米国の製造業が依然として堅調とほど遠い状態であることは問題だ。英マークイット社の12月の製造業購買担当者景気指数(PMI)の新規受注数は実質的に停滞した。米サプライマネジメント協会(ISM)製造業景況感指数は2カ月連続で50を下回った。2009年以降で初めてだ。
こんなふうになるはずではなかった。
シェール革命による米国のエネルギー価格の下落は、国内外企業の業務の移転を促すはずだった。多くのエネルギー集約型企業は米国に新たな工場を建設すると期待されていた。技術革新はオールドエコノミー企業でさえ製造拡大や米国への移転に駆り立てただろう。最後に、量的緩和が製造業の設備投資拡大を後押しするはずだった。
いずれも実際には起こらなかった。エネルギー価格は急落し、米国の競争優位性を阻害した。世界的に生産設備が過剰となり、製造企業は新たな施設の建設を行う自信をほぼ失った。

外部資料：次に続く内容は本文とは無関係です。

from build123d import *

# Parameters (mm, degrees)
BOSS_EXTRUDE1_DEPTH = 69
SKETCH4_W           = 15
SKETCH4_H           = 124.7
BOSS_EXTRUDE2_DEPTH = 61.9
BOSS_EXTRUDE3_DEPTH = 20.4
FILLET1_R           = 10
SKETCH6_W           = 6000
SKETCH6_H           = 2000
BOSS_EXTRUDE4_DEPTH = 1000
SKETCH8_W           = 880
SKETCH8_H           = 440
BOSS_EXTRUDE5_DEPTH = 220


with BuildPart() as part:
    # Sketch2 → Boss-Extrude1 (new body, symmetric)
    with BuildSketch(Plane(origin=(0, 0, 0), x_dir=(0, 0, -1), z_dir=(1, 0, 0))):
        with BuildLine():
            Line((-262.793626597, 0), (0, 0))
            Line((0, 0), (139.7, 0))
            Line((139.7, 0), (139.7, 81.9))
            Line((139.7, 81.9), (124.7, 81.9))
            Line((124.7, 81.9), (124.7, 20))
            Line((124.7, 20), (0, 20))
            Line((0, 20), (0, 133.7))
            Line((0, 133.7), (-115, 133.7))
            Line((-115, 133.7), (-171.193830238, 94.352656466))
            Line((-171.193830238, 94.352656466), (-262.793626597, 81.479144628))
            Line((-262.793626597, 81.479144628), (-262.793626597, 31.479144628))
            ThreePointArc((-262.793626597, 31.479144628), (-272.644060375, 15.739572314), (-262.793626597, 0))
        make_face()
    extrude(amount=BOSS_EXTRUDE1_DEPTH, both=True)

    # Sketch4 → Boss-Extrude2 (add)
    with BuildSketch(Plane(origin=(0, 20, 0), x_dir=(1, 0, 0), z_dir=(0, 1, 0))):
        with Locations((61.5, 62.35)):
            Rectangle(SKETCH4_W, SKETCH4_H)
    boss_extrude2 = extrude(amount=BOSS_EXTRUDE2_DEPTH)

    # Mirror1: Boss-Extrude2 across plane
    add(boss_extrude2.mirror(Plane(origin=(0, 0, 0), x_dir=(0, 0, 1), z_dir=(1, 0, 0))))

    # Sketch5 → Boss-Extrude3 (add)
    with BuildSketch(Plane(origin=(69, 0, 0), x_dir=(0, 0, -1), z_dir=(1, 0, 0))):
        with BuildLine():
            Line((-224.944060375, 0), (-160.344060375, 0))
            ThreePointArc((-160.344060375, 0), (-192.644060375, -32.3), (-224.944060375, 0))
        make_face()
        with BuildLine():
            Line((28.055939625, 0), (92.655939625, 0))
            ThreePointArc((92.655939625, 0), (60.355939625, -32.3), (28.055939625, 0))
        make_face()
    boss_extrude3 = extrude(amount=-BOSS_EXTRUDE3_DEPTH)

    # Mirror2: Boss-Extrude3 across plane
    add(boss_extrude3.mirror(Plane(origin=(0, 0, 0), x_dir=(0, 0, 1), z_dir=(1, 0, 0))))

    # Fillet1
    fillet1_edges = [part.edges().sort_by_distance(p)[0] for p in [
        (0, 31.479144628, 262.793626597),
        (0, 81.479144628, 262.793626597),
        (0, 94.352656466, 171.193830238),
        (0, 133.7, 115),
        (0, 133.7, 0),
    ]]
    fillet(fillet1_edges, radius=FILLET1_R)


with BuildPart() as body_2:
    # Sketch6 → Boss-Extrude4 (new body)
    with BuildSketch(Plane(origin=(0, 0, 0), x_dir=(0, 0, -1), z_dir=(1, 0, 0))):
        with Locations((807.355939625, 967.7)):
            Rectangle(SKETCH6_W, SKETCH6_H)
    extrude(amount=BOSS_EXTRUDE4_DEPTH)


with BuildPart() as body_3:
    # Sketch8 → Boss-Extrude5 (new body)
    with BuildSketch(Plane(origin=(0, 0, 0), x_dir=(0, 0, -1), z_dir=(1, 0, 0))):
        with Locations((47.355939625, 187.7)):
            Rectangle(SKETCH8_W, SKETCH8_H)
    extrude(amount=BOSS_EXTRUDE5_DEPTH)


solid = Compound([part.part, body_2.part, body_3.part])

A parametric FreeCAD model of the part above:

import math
import FreeCAD as App
import Part
import Sketcher
Q = App.Units.Quantity


def edges_at(feature, points):
    """Names of the edges that pass closest to the given points."""
    edges = feature.Shape.Edges
    near = lambda p: min(range(len(edges)), key=lambda i: edges[i].distToShape(Part.Vertex(*p))[0])
    return sorted({f"Edge{near(p) + 1}" for p in points})

doc = App.newDocument("Part")
body = doc.addObject("PartDesign::Body", "Body")

# Sketch on YZ plane
sketch1 = doc.addObject("Sketcher::SketchObject", "Sketch")
body.addObject(sketch1)
sketch1.AttachmentSupport = (doc.YZ_Plane, [""])
sketch1.MapMode = "FlatFace"
sketch1.addGeometry(Part.LineSegment(App.Vector(0, 263, 0), App.Vector(0, -140, 0)), False)
sketch1.addGeometry(Part.LineSegment(App.Vector(0, -140, 0), App.Vector(82, -140, 0)), False)
sketch1.addGeometry(Part.LineSegment(App.Vector(82, -140, 0), App.Vector(82, -125, 0)), False)
sketch1.addGeometry(Part.LineSegment(App.Vector(82, -125, 0), App.Vector(20, -125, 0)), False)
sketch1.addGeometry(Part.LineSegment(App.Vector(20, -125, 0), App.Vector(20, 0, 0)), False)
sketch1.addGeometry(Part.LineSegment(App.Vector(20, 0, 0), App.Vector(134, 0, 0)), False)
sketch1.addGeometry(Part.LineSegment(App.Vector(134, 0, 0), App.Vector(134, 115, 0)), False)
sketch1.addGeometry(Part.LineSegment(App.Vector(134, 115, 0), App.Vector(94, 171, 0)), False)
sketch1.addGeometry(Part.LineSegment(App.Vector(94, 171, 0), App.Vector(81, 263, 0)), False)
sketch1.addGeometry(Part.LineSegment(App.Vector(81, 263, 0), App.Vector(31, 263, 0)), False)
sketch1.addGeometry(Part.ArcOfCircle(Part.Circle(App.Vector(16, 255, 0), App.Vector(0, 0, 1), 18), math.radians(26), math.radians(154)), False)
sketch1.addConstraint(Sketcher.Constraint("Coincident", 0, 2, 1, 1))
sketch1.addConstraint(Sketcher.Constraint("Coincident", 1, 2, 2, 1))
sketch1.addConstraint(Sketcher.Constraint("Coincident", 2, 2, 3, 1))
sketch1.addConstraint(Sketcher.Constraint("Coincident", 3, 2, 4, 1))
sketch1.addConstraint(Sketcher.Constraint("Coincident", 4, 2, 5, 1))
sketch1.addConstraint(Sketcher.Constraint("Coincident", 5, 2, 6, 1))
sketch1.addConstraint(Sketcher.Constraint("Coincident", 6, 2, 7, 1))
sketch1.addConstraint(Sketcher.Constraint("Coincident", 7, 2, 8, 1))
sketch1.addConstraint(Sketcher.Constraint("Coincident", 8, 2, 9, 1))
sketch1.addConstraint(Sketcher.Constraint("Coincident", 9, 2, 10, 1))
sketch1.addConstraint(Sketcher.Constraint("Coincident", 10, 2, 0, 1))
sketch1.addConstraint(Sketcher.Constraint("Vertical", 0))
sketch1.addConstraint(Sketcher.Constraint("Horizontal", 1))
sketch1.addConstraint(Sketcher.Constraint("Vertical", 2))
sketch1.addConstraint(Sketcher.Constraint("Horizontal", 3))
sketch1.addConstraint(Sketcher.Constraint("Vertical", 4))
sketch1.addConstraint(Sketcher.Constraint("Horizontal", 5))
sketch1.addConstraint(Sketcher.Constraint("Vertical", 6))
sketch1.addConstraint(Sketcher.Constraint("Horizontal", 9))
sketch1.addConstraint(Sketcher.Constraint("PointOnObject", 0, 2, -2))
sketch1.addConstraint(Sketcher.Constraint("PointOnObject", 4, 2, -1))
sketch1.addConstraint(Sketcher.Constraint("Horizontal", 9, 2, 10, 2))
sketch1.addConstraint(Sketcher.Constraint("Radius", 10, 17.5))
sketch1.addConstraint(Sketcher.Constraint("DistanceX", 9, 2, 9, 1, 50.0))
sketch1.addConstraint(Sketcher.Constraint("DistanceY", 2, 1, 2, 2, 15.0))
sketch1.addConstraint(Sketcher.Constraint("DistanceY", 6, 1, 6, 2, 115.0))
sketch1.addConstraint(Sketcher.Constraint("Angle", 7, Q("125 deg")))
sketch1.addConstraint(Sketcher.Constraint("Angle", 8, Q("98 deg")))
sketch1.addConstraint(Sketcher.Constraint("DistanceX", 1, 1, 1, 2, 81.9))
sketch1.addConstraint(Sketcher.Constraint("DistanceX", 3, 2, 3, 1, 61.9))
sketch1.addConstraint(Sketcher.Constraint("DistanceX", 5, 1, 5, 2, 113.7))
sketch1.addConstraint(Sketcher.Constraint("DistanceY", 4, 1, 4, 2, 124.7))
sketch1.addConstraint(Sketcher.Constraint("Distance", 7, 68.6))
sketch1.addConstraint(Sketcher.Constraint("Distance", 8, 92.5))
pad1 = doc.addObject("PartDesign::Pad", "Pad")
body.addObject(pad1)
pad1.Profile = sketch1
pad1.Length = 138
pad1.Midplane = True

量的緩和と低金利で、最高経営責任者らが自社の事業への投資より自社株の買い戻しを行うのに拍車がかかった。低金利融資も消費者の借り入れを促し、過度な借り入れを行う者もいた。サブプライム自動車ローンの債務不履行が増加していることから、車販売は減速する可能性がある。

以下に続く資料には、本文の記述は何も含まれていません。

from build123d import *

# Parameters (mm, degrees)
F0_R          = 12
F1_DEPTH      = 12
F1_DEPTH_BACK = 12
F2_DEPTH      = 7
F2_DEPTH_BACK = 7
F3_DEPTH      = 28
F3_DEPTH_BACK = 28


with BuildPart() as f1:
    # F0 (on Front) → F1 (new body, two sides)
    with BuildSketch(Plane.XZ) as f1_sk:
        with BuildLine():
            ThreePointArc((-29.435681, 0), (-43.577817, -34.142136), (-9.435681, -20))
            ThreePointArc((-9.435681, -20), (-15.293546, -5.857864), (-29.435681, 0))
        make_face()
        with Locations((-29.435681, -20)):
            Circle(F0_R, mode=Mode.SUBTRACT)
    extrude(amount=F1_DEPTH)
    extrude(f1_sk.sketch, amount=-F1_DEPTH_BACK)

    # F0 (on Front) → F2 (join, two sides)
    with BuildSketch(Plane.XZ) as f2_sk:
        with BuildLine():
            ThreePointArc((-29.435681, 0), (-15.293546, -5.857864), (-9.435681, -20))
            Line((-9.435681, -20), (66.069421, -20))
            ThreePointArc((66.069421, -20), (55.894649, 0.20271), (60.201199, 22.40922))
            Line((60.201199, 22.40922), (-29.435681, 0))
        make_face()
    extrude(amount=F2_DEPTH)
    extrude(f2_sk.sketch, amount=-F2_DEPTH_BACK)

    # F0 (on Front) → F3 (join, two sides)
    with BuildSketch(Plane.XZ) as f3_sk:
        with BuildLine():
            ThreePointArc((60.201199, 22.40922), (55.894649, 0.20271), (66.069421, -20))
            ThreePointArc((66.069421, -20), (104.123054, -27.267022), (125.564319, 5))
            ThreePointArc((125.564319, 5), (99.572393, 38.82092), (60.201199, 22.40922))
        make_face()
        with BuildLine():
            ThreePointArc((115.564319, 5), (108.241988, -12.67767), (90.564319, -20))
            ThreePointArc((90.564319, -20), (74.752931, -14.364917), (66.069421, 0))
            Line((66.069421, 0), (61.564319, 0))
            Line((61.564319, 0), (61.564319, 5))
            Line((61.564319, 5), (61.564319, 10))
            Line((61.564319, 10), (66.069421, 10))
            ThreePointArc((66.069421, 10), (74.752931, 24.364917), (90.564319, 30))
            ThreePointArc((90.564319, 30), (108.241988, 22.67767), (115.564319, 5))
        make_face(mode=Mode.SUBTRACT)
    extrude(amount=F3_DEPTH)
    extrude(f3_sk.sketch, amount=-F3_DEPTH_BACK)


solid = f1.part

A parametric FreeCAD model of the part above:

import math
import FreeCAD as App
import Part
import Sketcher

doc = App.newDocument("Part")
body = doc.addObject("PartDesign::Body", "Body")

sketch1 = body.newObject("Sketcher::SketchObject", "Sketch")
sketch1.AttachmentSupport = (doc.getObject("XZ_Plane"), [""])
sketch1.MapMode = "FlatFace"
sketch1.addGeometry(Part.ArcOfCircle(Part.Circle(App.Vector(-29, -20, 0), App.Vector(0, 0, 1), 20), math.radians(90), math.radians(360)), False)
sketch1.addGeometry(Part.ArcOfCircle(Part.Circle(App.Vector(-29, -20, 0), App.Vector(0, 0, 1), 20), math.radians(0), math.radians(90)), False)
sketch1.addGeometry(Part.Circle(App.Vector(-29, -20, 0), App.Vector(0, 0, 1), 12), False)
sketch1.addConstraint(Sketcher.Constraint("Tangent", 0, 1, 1, 2))
sketch1.addConstraint(Sketcher.Constraint("Coincident", 1, 1, 0, 2))
sketch1.addConstraint(Sketcher.Constraint("Coincident", 2, 3, 0, 3))
sketch1.addConstraint(Sketcher.Constraint("PointOnObject", 0, 1, -1))
sketch1.addConstraint(Sketcher.Constraint("Horizontal", 2, 3, 1, 1))
sketch1.addConstraint(Sketcher.Constraint("Vertical", 2, 3, 0, 1))
sketch1.addConstraint(Sketcher.Constraint("Diameter", 2, 24.0))
sketch1.addConstraint(Sketcher.Constraint("Radius", 0, 20.0))
sketch1.addConstraint(Sketcher.Constraint("DistanceX", 0, 3, -1, 1, 29.435681))
pad1 = body.newObject("PartDesign::Pad", "Pad")
pad1.Profile = sketch1
pad1.Type = "TwoLengths"
pad1.Length = 12
pad1.Length2 = 12

sketch2 = body.newObject("Sketcher::SketchObject", "Sketch001")
sketch2.AttachmentSupport = (doc.getObject("XZ_Plane"), [""])
sketch2.MapMode = "FlatFace"
sketch2.addGeometry(Part.ArcOfCircle(Part.Circle(App.Vector(-29, -20, 0), App.Vector(0, 0, 1), 20), math.radians(0), math.radians(90)), False)
sketch2.addGeometry(Part.LineSegment(App.Vector(-9, -20, 0), App.Vector(66, -20, 0)), False)
sketch2.addGeometry(Part.ArcOfCircle(Part.Circle(App.Vector(91, 5, 0), App.Vector(0, 0, 1), 35), math.radians(150), math.radians(226)), False)
sketch2.addGeometry(Part.LineSegment(App.Vector(60, 22, 0), App.Vector(-29, 0, 0)), False)
sketch2.addConstraint(Sketcher.Constraint("Coincident", 0, 1, 1, 1))
sketch2.addConstraint(Sketcher.Constraint("Coincident", 1, 2, 2, 2))
sketch2.addConstraint(Sketcher.Constraint("Coincident", 2, 1, 3, 1))
sketch2.addConstraint(Sketcher.Constraint("Coincident", 3, 2, 0, 2))
sketch2.addConstraint(Sketcher.Constraint("Horizontal", 1))
sketch2.addConstraint(Sketcher.Constraint("PointOnObject", 3, 2, -1))
sketch2.addConstraint(Sketcher.Constraint("Vertical", 0, 3, 3, 2))
sketch2.addConstraint(Sketcher.Constraint("Radius", 0, 20.0))
sketch2.addConstraint(Sketcher.Constraint("Radius", 2, 35.0))
sketch2.addConstraint(Sketcher.Constraint("DistanceY", -1, 1, 2, 3, 5.0))
sketch2.addConstraint(Sketcher.Constraint("DistanceY", 0, 1, -1, 1, 20.0))
sketch2.addConstraint(Sketcher.Constraint("DistanceX", 0, 3, 2, 3, 120.000001))
sketch2.addConstraint(Sketcher.Constraint("DistanceX", -1, 1, 2, 1, 60.201199))
sketch2.addConstraint(Sketcher.Constraint("Distance", 3, 92.395581))
pad2 = body.newObject("PartDesign::Pad", "Pad001")
pad2.Profile = sketch2
pad2.Type = "TwoLengths"
pad2.Length = 7
pad2.Length2 = 7

sketch3 = body.newObject("Sketcher::SketchObject", "Sketch002")
sketch3.AttachmentSupport = (doc.getObject("XZ_Plane"), [""])
sketch3.MapMode = "FlatFace"
sketch3.addGeometry(Part.ArcOfCircle(Part.Circle(App.Vector(90.6, 5, 0), App.Vector(0, 0, 1), 35), math.radians(150), math.radians(226)), False)
sketch3.addGeometry(Part.ArcOfCircle(Part.Circle(App.Vector(90.6, 5, 0), App.Vector(0, 0, 1), 35), math.radians(-134), math.radians(0)), False)
sketch3.addGeometry(Part.ArcOfCircle(Part.Circle(App.Vector(90.6, 5, 0), App.Vector(0, 0, 1), 35), math.radians(0), math.radians(150)), False)
sketch3.addGeometry(Part.ArcOfCircle(Part.Circle(App.Vector(90.6, 5, 0), App.Vector(0, 0, 1), 25), math.radians(0), math.radians(90)), False)
sketch3.addGeometry(Part.ArcOfCircle(Part.Circle(App.Vector(90.6, 5, 0), App.Vector(0, 0, 1), 25), math.radians(-90), math.radians(0)), False)
sketch3.addGeometry(Part.ArcOfCircle(Part.Circle(App.Vector(90.6, 5, 0), App.Vector(0, 0, 1), 25), math.radians(-168), math.radians(-90)), False)
sketch3.addGeometry(Part.LineSegment(App.Vector(66.1, 0, 0), App.Vector(61.6, 0, 0)), False)
sketch3.addGeometry(Part.LineSegment(App.Vector(61.6, 0, 0), App.Vector(61.6, 10, 0)), False)
sketch3.addGeometry(Part.LineSegment(App.Vector(61.6, 10, 0), App.Vector(66.1, 10, 0)), False)
sketch3.addGeometry(Part.ArcOfCircle(Part.Circle(App.Vector(90.6, 5, 0), App.Vector(0, 0, 1), 25), math.radians(90), math.radians(168)), False)
sketch3.addConstraint(Sketcher.Constraint("Tangent", 0, 2, 1, 1))
sketch3.addConstraint(Sketcher.Constraint("Tangent", 1, 2, 2, 1))
sketch3.addConstraint(Sketcher.Constraint("Tangent", 2, 2, 0, 1))
sketch3.addConstraint(Sketcher.Constraint("Tangent", 3, 1, 4, 2))
sketch3.addConstraint(Sketcher.Constraint("Tangent", 4, 1, 5, 2))
sketch3.addConstraint(Sketcher.Constraint("Coincident", 5, 1, 6, 1))
sketch3.addConstraint(Sketcher.Constraint("Coincident", 6, 2, 7, 1))
sketch3.addConstraint(Sketcher.Constraint("Coincident", 7, 2, 8, 1))
sketch3.addConstraint(Sketcher.Constraint("Coincident", 8, 2, 9, 2))
sketch3.addConstraint(Sketcher.Constraint("Tangent", 9, 1, 3, 2))
sketch3.addConstraint(Sketcher.Constraint("Horizontal", 6))
sketch3.addConstraint(Sketcher.Constraint("Vertical", 7))
sketch3.addConstraint(Sketcher.Constraint("Horizontal", 8))
sketch3.addConstraint(Sketcher.Constraint("Coincident", 3, 3, 0, 3))
sketch3.addConstraint(Sketcher.Constraint("Coincident", 5, 3, 0, 3))
sketch3.addConstraint(Sketcher.Constraint("Equal", 5, 9))
sketch3.addConstraint(Sketcher.Constraint("PointOnObject", 5, 1, -1))
sketch3.addConstraint(Sketcher.Constraint("Horizontal", 9, 3, 1, 2))
sketch3.addConstraint(Sketcher.Constraint("Horizontal", 1, 2, 3, 1))
sketch3.addConstraint(Sketcher.Constraint("Horizontal", 0, 2, 4, 1))
sketch3.addConstraint(Sketcher.Constraint("Vertical", 9, 3, 4, 1))
sketch3.addConstraint(Sketcher.Constraint("Vertical", 0, 2, 5, 1))
sketch3.addConstraint(Sketcher.Constraint("Vertical", 5, 1, 8, 2))
sketch3.addConstraint(Sketcher.Constraint("Vertical", 4, 1, 9, 1))
sketch3.addConstraint(Sketcher.Constraint("Radius", 0, 35.0))
sketch3.addConstraint(Sketcher.Constraint("Radius", 3, 25.0))
sketch3.addConstraint(Sketcher.Constraint("DistanceX", 6, 2, 1, 3, 29.0))
sketch3.addConstraint(Sketcher.Constraint("DistanceX", -1, 1, 2, 2, 60.201199))
sketch3.addConstraint(Sketcher.Constraint("DistanceX", -1, 1, 0, 3, 90.564319))
pad3 = body.newObject("PartDesign::Pad", "Pad002")
pad3.Profile = sketch3
pad3.Type = "TwoLengths"
pad3.Length = 28
pad3.Length2 = 28

doc.recompute()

米国の製造業はまだ成長の領域にある。だが、もっと微妙な所を見ると、経済(の病)は治癒していないことが分かる。雇用の伸びは金融危機前と比べるとはるかに緩やかで、昨年とくらべてもまだ遅い。インフレ圧力の兆しもほとんどない。
これらが意味するのは、デフレ圧力が高まっていることと、製造業から始まる景気後退の可能性が高まっていることだ。これで米連邦準備理事会(FRB)がさらに利上げする見込みはより低くなる。今年はメーンストリート(実体経済)にとってもウォール街にとっても厳しい年になりそうだ。
(19日付)
=英フィナンシャル・タイムズ特約
[日経新聞1月20日朝刊P.6]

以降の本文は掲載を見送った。